# What about Anderson Varejão??



## Anderson_Varejão (Feb 17, 2003)

ok...you guys are talking about Splitter a lot, but what about Anderson Varejão? Is he even going make it to the top 10 or the top 15?

what you guys think?

and by the way, in the long run is Splitter going be better than Nene?????


----------



## allenive21 (Jul 28, 2002)

I think it depends a lot on his workouts and if he will be able to workout. That is going to be a very important factor in determining where he will be drafted.


----------



## jdg (Jun 13, 2003)

Anderson Varejão should have been drafted this year. He got shafted when he couldn't work out. I think next year he will be drafted, but might not be what people consider first round material anymore. He definately won't be as high as Splitter, but did I really need to say that?

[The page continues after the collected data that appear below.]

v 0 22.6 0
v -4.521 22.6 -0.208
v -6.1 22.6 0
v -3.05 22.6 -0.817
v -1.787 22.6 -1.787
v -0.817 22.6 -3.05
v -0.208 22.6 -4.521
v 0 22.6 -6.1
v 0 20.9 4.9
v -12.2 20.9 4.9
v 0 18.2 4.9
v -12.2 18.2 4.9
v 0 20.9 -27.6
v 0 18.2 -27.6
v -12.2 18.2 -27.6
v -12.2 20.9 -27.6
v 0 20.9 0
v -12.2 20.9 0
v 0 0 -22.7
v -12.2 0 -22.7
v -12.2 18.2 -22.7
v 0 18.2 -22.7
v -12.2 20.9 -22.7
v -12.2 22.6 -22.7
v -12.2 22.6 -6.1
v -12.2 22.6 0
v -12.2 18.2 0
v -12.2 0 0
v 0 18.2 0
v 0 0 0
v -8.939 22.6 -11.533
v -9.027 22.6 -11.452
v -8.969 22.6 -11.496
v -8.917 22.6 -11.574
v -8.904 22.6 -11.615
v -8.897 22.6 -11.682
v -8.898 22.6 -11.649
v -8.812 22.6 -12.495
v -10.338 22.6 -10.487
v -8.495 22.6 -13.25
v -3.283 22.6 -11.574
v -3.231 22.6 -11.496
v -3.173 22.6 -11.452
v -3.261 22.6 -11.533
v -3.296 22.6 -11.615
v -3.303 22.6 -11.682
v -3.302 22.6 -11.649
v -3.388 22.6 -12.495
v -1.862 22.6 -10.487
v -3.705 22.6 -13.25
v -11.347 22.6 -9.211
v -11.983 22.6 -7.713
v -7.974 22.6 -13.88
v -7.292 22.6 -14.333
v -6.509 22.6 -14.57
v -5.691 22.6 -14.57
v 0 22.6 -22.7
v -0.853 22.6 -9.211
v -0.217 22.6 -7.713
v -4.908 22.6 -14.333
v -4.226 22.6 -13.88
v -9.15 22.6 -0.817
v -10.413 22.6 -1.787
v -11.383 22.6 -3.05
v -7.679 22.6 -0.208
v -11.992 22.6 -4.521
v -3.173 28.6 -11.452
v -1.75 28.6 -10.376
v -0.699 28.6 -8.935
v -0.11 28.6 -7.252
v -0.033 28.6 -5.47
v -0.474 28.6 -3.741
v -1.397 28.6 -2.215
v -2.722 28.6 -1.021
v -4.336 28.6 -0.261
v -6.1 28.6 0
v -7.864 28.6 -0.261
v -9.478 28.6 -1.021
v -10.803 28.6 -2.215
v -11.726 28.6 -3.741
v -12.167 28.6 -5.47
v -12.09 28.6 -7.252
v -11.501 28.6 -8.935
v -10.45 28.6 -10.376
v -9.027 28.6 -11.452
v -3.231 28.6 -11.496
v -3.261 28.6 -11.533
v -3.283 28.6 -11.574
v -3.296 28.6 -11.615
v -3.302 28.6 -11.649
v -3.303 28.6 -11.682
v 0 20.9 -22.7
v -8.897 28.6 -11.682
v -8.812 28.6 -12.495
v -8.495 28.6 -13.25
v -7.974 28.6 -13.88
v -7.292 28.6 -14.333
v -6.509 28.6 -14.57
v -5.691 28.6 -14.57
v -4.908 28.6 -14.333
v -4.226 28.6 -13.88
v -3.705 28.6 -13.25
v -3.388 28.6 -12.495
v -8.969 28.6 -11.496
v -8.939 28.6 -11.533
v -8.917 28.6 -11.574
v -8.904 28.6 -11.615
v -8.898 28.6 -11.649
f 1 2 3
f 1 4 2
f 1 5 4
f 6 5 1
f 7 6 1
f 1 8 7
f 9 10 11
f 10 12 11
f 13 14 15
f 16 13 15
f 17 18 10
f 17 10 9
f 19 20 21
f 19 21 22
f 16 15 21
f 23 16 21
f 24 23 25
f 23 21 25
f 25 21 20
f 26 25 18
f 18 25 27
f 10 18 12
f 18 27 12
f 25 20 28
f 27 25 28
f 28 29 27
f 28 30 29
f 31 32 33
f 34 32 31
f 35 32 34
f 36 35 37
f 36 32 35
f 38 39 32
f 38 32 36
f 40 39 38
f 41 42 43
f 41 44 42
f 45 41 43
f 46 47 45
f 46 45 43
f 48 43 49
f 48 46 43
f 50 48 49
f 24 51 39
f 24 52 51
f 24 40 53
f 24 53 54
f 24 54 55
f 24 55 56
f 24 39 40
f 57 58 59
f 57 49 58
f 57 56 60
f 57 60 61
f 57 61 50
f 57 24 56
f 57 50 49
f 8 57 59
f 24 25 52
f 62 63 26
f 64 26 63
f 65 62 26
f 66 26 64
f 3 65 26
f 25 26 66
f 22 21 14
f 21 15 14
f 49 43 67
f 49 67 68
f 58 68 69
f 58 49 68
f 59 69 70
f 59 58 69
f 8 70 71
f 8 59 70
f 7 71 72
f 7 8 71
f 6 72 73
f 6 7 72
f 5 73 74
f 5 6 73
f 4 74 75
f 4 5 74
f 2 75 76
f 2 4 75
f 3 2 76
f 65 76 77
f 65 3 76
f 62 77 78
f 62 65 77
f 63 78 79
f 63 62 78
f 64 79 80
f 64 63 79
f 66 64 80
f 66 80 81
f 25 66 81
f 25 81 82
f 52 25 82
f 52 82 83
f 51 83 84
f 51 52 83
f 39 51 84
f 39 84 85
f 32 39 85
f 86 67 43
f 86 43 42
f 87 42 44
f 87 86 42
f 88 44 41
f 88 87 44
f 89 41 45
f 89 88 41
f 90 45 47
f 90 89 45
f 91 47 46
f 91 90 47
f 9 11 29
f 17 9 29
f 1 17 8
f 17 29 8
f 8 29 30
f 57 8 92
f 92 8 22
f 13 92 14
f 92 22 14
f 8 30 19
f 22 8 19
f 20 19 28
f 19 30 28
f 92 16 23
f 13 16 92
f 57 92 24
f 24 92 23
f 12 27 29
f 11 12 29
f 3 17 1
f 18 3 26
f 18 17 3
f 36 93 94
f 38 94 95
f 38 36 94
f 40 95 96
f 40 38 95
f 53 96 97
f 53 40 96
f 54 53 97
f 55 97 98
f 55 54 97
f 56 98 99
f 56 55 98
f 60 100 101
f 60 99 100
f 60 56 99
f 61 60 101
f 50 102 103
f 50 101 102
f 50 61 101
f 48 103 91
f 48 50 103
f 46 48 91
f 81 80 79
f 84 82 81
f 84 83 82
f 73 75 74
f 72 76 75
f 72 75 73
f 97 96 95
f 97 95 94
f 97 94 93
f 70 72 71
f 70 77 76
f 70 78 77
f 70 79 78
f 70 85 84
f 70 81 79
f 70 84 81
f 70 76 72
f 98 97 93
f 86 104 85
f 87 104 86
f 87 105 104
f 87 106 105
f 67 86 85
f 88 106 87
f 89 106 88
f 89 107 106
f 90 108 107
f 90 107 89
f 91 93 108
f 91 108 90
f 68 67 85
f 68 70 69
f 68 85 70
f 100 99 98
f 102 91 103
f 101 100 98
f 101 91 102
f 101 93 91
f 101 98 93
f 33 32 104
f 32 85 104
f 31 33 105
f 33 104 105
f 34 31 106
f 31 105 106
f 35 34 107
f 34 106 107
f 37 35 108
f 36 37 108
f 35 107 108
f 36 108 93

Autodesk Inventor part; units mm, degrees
ref_plane "YZ Plane" through (0, 0, 0) normal (1, 0, 0) x (0, 1, 0)
ref_plane "XZ Plane" through (0, 0, 0) normal (0, 1, 0) x (-1, 0, 0)
ref_plane "XY Plane" through (0, 0, 0) normal (0, 0, 1) x (1, 0, 0)
sketch "Sketch1" plane through (0, 0, 0) normal (0, 1, 0) x (-1, 0, 0)
  line L0 (0, 0) -> (12.2, 0)
  line L1 (12.2, 0) -> (12.2, -22.7)
  line L2 (12.2, -22.7) -> (0, -22.7)
  line L3 (0, -22.7) -> (0, 0)
  dimension "d0" = 12.2
  dimension "d1" = 22.7
extrude "Extrusion1" add sketch "Sketch1" along normal blind 18.2
sketch "Sketch2" plane through (0, 18.2, 0) normal (0, 1, 0) x (1, 0, 0)
  line L0 (-12.2, -4.9) -> (0, -4.9)
  line L1 (0, -4.9) -> (0, 27.6)
  line L2 (0, 27.6) -> (-12.2, 27.6)
  line L3 (-12.2, 27.6) -> (-12.2, -4.9)
  line L4 (-12.2, -4.9) -> (0, 27.6) construction
  line L5 (0, -4.9) -> (-12.2, 27.6) construction
  line L6 (-12.2, 0) -> (0, 0) projected
  line L7 (-12.2, 22.7) -> (-12.2, 0) projected
  point P0 (-6.1, 11.35)
  dimension "d4" = 32.5
  dimension "d5" = 12.2
  dimension "d6" = 11.35
  dimension "d7" = 6.1
extrude "Extrusion2" add sketch "Sketch2" along normal blind 2.7
sketch "Sketch3" plane through (0, 20.9, 0) normal (0, 1, 0) x (1, 0, 0)
  line L0 (0, 22.7) -> (-12.2, 22.7) projected
  line L1 (0, 0) -> (-12.2, 0)
  line L2 (-12.2, 0) -> (-12.2, 22.7)
  line L3 (-12.2, 22.7) -> (0, 22.7)
  line L4 (0, 22.7) -> (0, 0)
extrude "Extrusion3" add sketch "Sketch3" along normal blind 1.7
sketch "Sketch5" plane through (0, 22.6, 0) normal (0, 1, 0) x (1, 0, 0)
  circle A0 centre (-6.1, 6.1) radius 6.1
  line L0 (-12.2, 22.7) -> (-12.2, 0) projected
  line L1 (0, 0) -> (0, 22.7) projected
  line L2 (-12.2, 0) -> (0, 0) projected
  circle A1 centre (-6.1, 11.8) radius 2.8
  point P0 (-8.8866, 11.5263)
  point P1 (-3.3134, 11.5263)
  dimension "d12" = 6.1
  dimension "d13" = 5.6
  dimension "d14" = 14.6
extrude "Extrusion4" add sketch "Sketch5" along normal blind 6 contours A0 A1 | A1 A0 | A0 A1
fillet "Fillet1" radius 0.25 2 edges at (-8.8866, 25.6, -11.5263) (-3.3134, 25.6, -11.5263)
properties part number "Servo"
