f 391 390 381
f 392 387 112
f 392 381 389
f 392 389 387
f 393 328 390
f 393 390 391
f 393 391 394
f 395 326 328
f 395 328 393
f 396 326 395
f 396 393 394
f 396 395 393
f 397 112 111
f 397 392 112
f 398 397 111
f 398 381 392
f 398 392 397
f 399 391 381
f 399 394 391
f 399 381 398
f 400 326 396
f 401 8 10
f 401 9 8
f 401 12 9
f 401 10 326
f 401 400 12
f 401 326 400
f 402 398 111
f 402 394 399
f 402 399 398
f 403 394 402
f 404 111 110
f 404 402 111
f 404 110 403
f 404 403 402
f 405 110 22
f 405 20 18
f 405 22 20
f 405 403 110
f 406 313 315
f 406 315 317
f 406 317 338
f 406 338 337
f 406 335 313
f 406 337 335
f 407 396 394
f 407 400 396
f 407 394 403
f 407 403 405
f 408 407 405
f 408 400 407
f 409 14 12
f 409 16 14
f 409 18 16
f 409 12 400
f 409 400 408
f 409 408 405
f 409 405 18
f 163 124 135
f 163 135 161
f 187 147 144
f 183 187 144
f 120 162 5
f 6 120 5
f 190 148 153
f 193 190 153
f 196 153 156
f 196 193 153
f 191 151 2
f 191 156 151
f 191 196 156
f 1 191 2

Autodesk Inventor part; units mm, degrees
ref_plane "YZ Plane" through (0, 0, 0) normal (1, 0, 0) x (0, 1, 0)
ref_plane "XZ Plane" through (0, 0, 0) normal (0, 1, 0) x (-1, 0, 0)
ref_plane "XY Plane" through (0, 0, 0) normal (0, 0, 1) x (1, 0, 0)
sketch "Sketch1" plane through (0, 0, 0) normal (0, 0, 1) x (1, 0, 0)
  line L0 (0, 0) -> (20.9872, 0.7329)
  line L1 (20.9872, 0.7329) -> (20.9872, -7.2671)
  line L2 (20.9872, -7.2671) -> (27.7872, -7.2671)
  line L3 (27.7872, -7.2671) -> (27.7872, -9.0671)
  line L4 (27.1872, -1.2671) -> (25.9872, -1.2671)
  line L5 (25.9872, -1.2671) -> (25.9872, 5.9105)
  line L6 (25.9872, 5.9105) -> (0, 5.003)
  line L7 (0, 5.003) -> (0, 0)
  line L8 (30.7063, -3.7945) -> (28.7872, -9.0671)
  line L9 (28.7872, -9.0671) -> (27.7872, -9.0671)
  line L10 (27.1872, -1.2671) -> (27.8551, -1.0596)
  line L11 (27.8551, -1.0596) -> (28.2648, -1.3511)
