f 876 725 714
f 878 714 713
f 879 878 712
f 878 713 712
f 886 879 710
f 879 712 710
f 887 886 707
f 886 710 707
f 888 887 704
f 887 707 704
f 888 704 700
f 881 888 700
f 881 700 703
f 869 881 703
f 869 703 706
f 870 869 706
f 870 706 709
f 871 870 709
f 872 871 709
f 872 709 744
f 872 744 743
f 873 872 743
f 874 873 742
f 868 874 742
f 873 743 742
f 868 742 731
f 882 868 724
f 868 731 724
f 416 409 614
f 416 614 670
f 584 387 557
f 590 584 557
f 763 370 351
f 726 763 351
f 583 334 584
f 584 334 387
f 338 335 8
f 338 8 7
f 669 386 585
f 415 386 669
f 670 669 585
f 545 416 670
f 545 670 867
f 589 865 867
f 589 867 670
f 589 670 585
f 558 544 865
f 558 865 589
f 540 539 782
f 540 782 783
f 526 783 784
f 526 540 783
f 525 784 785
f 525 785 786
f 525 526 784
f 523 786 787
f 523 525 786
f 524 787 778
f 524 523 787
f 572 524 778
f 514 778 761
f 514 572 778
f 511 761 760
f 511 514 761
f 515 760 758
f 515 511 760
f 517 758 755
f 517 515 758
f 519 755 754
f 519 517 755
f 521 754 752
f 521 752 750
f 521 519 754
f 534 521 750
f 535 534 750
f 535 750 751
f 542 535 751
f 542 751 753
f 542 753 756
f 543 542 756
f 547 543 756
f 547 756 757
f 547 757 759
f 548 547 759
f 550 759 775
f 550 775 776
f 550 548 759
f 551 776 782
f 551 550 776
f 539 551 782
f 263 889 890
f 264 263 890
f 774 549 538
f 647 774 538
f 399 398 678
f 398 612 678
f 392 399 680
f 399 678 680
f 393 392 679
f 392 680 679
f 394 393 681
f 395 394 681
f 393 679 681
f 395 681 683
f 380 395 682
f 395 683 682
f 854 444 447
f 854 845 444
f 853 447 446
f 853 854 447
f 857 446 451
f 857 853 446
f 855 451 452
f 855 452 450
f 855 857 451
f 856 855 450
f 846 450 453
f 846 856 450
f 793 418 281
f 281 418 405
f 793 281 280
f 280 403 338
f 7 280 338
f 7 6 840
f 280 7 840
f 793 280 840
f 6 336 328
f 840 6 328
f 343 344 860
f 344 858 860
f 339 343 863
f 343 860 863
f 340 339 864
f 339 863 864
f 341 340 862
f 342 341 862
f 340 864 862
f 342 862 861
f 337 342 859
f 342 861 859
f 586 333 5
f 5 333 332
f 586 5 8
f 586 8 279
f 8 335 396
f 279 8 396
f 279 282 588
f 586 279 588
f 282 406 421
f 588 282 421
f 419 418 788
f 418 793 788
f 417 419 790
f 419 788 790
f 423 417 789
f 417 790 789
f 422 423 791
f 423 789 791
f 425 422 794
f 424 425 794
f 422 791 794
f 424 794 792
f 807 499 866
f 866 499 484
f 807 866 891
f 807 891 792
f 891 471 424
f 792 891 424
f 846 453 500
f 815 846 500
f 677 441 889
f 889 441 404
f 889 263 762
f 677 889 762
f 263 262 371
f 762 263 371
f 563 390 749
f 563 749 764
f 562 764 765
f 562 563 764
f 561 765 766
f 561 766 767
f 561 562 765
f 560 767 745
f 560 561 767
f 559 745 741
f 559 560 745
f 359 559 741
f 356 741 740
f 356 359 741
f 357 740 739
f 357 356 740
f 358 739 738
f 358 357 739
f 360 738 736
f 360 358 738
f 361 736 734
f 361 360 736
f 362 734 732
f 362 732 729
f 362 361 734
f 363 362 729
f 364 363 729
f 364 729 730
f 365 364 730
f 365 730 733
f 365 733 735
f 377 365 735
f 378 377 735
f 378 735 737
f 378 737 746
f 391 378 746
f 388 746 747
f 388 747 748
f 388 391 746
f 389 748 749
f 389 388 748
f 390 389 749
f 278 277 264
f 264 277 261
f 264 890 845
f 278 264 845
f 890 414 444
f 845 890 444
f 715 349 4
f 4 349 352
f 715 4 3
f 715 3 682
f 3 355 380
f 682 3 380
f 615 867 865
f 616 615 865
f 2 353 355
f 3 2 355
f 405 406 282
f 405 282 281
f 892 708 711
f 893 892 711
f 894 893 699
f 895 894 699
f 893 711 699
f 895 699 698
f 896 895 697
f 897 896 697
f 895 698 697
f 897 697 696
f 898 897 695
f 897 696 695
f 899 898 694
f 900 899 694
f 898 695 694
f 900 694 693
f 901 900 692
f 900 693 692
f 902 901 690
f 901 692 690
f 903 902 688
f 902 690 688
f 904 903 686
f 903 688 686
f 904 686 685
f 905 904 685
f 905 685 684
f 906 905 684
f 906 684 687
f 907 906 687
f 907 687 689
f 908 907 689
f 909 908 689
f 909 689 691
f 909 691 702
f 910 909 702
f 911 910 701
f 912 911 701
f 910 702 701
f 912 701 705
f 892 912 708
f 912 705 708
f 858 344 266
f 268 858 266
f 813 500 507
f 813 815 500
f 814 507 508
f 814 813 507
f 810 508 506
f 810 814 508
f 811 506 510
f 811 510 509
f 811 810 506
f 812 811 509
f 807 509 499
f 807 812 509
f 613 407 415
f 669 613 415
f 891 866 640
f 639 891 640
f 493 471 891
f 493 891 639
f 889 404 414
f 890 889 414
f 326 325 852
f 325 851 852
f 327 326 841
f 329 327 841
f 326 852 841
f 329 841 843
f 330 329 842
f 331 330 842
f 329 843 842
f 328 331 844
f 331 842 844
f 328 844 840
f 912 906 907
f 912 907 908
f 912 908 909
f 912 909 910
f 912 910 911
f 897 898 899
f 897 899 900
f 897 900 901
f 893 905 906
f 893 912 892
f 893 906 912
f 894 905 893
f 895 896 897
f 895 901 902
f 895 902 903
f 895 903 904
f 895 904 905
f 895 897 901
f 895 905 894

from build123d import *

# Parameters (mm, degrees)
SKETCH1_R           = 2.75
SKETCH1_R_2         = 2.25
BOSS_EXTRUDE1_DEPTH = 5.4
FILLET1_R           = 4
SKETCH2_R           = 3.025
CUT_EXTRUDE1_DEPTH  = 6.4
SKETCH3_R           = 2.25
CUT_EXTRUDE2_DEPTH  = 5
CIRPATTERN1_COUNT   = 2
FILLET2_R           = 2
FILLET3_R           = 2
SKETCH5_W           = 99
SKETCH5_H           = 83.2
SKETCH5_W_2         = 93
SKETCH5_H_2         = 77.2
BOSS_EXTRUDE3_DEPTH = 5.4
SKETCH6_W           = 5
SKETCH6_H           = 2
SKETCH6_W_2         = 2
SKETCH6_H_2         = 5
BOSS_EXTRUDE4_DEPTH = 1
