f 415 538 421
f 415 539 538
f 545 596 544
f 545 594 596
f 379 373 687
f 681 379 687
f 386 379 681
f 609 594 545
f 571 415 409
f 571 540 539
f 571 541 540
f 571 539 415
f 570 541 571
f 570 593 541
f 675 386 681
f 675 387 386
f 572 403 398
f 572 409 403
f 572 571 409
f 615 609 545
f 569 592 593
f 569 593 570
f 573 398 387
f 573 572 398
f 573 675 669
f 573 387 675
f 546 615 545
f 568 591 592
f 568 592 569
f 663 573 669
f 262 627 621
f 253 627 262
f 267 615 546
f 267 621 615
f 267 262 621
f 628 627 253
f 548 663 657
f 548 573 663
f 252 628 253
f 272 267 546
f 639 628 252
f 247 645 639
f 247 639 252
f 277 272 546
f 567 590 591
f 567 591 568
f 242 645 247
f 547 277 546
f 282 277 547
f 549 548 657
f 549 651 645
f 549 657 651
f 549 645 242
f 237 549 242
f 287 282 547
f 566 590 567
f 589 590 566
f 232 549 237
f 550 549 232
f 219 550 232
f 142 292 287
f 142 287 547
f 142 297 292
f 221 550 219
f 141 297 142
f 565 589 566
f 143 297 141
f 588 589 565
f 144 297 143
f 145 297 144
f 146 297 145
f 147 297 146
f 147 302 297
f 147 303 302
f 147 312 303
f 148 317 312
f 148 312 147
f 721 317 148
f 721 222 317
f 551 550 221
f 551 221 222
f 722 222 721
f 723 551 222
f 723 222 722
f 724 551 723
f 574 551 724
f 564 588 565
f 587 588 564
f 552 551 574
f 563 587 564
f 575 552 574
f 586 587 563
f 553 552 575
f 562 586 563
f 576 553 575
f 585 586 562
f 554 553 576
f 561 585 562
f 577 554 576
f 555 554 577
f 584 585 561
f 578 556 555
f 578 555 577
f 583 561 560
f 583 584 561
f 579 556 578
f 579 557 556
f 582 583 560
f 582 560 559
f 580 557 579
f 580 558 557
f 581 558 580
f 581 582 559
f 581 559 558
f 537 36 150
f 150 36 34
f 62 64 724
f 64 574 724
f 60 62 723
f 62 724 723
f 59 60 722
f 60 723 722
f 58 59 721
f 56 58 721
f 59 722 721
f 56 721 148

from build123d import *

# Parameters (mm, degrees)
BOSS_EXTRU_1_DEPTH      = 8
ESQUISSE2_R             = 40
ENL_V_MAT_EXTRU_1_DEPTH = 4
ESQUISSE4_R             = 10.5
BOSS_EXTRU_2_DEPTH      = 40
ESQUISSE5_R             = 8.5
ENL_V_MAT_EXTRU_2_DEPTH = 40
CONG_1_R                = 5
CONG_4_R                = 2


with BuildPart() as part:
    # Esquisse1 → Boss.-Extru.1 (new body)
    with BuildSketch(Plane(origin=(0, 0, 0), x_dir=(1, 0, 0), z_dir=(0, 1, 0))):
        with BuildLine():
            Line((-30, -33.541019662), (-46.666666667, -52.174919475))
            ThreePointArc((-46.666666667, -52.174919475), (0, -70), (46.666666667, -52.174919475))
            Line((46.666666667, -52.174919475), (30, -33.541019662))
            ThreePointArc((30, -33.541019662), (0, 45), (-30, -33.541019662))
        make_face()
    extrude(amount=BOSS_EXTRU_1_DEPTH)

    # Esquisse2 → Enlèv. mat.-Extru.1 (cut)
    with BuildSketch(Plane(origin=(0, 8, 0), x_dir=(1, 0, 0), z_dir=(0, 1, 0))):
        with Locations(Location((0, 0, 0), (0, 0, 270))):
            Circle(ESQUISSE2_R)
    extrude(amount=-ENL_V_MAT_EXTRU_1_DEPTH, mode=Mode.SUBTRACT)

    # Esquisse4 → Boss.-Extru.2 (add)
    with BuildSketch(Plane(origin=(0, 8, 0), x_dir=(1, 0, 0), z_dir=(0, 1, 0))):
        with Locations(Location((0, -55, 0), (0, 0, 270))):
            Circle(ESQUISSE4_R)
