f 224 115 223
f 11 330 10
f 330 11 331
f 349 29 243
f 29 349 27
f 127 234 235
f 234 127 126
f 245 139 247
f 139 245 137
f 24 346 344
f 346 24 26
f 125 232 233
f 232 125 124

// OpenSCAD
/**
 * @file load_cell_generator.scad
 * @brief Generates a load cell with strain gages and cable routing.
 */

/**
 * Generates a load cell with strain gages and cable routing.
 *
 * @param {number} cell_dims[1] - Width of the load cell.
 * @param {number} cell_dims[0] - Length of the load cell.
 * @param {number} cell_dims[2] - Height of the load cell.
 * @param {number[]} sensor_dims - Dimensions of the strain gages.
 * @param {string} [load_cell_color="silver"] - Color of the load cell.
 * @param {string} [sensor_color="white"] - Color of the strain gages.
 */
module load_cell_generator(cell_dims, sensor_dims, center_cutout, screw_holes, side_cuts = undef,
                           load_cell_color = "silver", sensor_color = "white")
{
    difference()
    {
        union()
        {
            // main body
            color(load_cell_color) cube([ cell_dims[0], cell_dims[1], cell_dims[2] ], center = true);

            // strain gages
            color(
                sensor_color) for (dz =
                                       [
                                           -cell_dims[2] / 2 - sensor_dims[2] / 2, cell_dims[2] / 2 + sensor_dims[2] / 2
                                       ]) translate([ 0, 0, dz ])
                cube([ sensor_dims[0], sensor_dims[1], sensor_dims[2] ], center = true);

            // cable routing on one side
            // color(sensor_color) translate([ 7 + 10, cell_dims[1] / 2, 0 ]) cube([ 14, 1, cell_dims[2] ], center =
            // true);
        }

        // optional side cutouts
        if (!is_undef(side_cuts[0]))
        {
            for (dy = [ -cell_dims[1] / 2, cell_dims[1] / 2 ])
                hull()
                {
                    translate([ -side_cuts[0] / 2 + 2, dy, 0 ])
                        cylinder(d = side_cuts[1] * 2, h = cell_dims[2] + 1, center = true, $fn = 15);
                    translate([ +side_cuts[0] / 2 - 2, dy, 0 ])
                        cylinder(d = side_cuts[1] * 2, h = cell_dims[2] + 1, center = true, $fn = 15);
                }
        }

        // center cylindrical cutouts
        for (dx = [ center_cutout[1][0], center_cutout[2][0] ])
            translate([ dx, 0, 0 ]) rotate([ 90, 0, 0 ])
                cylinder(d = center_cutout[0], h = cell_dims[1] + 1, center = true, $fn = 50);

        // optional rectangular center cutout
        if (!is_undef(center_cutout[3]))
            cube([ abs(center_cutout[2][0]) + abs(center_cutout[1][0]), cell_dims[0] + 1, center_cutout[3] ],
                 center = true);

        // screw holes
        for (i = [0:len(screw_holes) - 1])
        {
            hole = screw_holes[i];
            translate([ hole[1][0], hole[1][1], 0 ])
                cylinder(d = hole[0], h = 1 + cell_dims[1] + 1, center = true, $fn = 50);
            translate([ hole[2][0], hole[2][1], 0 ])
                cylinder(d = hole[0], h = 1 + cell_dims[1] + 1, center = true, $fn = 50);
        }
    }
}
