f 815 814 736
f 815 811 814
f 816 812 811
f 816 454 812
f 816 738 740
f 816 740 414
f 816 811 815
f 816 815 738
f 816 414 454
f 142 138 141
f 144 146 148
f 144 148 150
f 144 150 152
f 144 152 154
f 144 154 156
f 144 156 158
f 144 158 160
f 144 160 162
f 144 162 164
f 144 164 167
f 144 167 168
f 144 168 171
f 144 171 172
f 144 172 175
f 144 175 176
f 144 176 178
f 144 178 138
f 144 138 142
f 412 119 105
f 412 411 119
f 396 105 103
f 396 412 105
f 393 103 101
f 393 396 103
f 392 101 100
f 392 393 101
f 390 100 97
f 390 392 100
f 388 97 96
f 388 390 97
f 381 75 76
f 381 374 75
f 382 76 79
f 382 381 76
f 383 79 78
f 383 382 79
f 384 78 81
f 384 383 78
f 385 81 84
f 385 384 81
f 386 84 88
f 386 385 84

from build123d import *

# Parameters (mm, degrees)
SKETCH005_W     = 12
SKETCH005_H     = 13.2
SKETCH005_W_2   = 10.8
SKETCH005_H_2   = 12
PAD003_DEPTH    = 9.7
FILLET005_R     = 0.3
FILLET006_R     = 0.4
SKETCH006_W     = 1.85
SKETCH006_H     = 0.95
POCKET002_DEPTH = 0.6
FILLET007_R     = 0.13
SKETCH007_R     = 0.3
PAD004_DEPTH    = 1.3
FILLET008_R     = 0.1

As far as Splitter being as good as Nene, it's really hard to say. I see them as two totally different players. Nene is all power, Splitter has a little more finesse. In my mind, they will end up about equal, but with totally different games.


----------



## -33- (Aug 6, 2002)

seemed like a good prospect when i looked at him before the draft...


----------



## guilherme.rcf (Mar 4, 2003)

Watching the PAN games I noticed that Varejao got himself much stronger.


----------



## Brazilian_Nuts (Jun 26, 2003)

Yep Varejão bulked up a little bit, but he still needs to get a lot stonger to play in the NBA, he is a great prospect, a very good rebounder, i think next year he will go in the top 20 with some good workouts 
About Splitter, i think if he gets to the NBA next year he will be more prepared than Nene was in his rookie season, but just as jdg said they will end up equal, Nene is a much stronger player, and Splitter much more of a shooter....


----------



## Matiz (Jun 5, 2003)

He still must develop his game, which depends on his playing time in Barcelona. He has got to work on his defense, sometimes he makes some irrational fouls in few minutes and then he goes warming the bench. But he is young, tall and talented- he could be drafted as lottery pick.


----------



## Anderson_Varejão (Feb 17, 2003)

Can he make it to the top 15???


----------



## bigbabyjesus (Mar 1, 2003)

Probably, but hes a tweener, not quick enough to play SF, not strong enough to play PF.


----------



## pizzoni (Mar 27, 2003)

*Varejão*

Varejão is a good prospect.

He play better at the end of the Pan Am games, when he got a better shape.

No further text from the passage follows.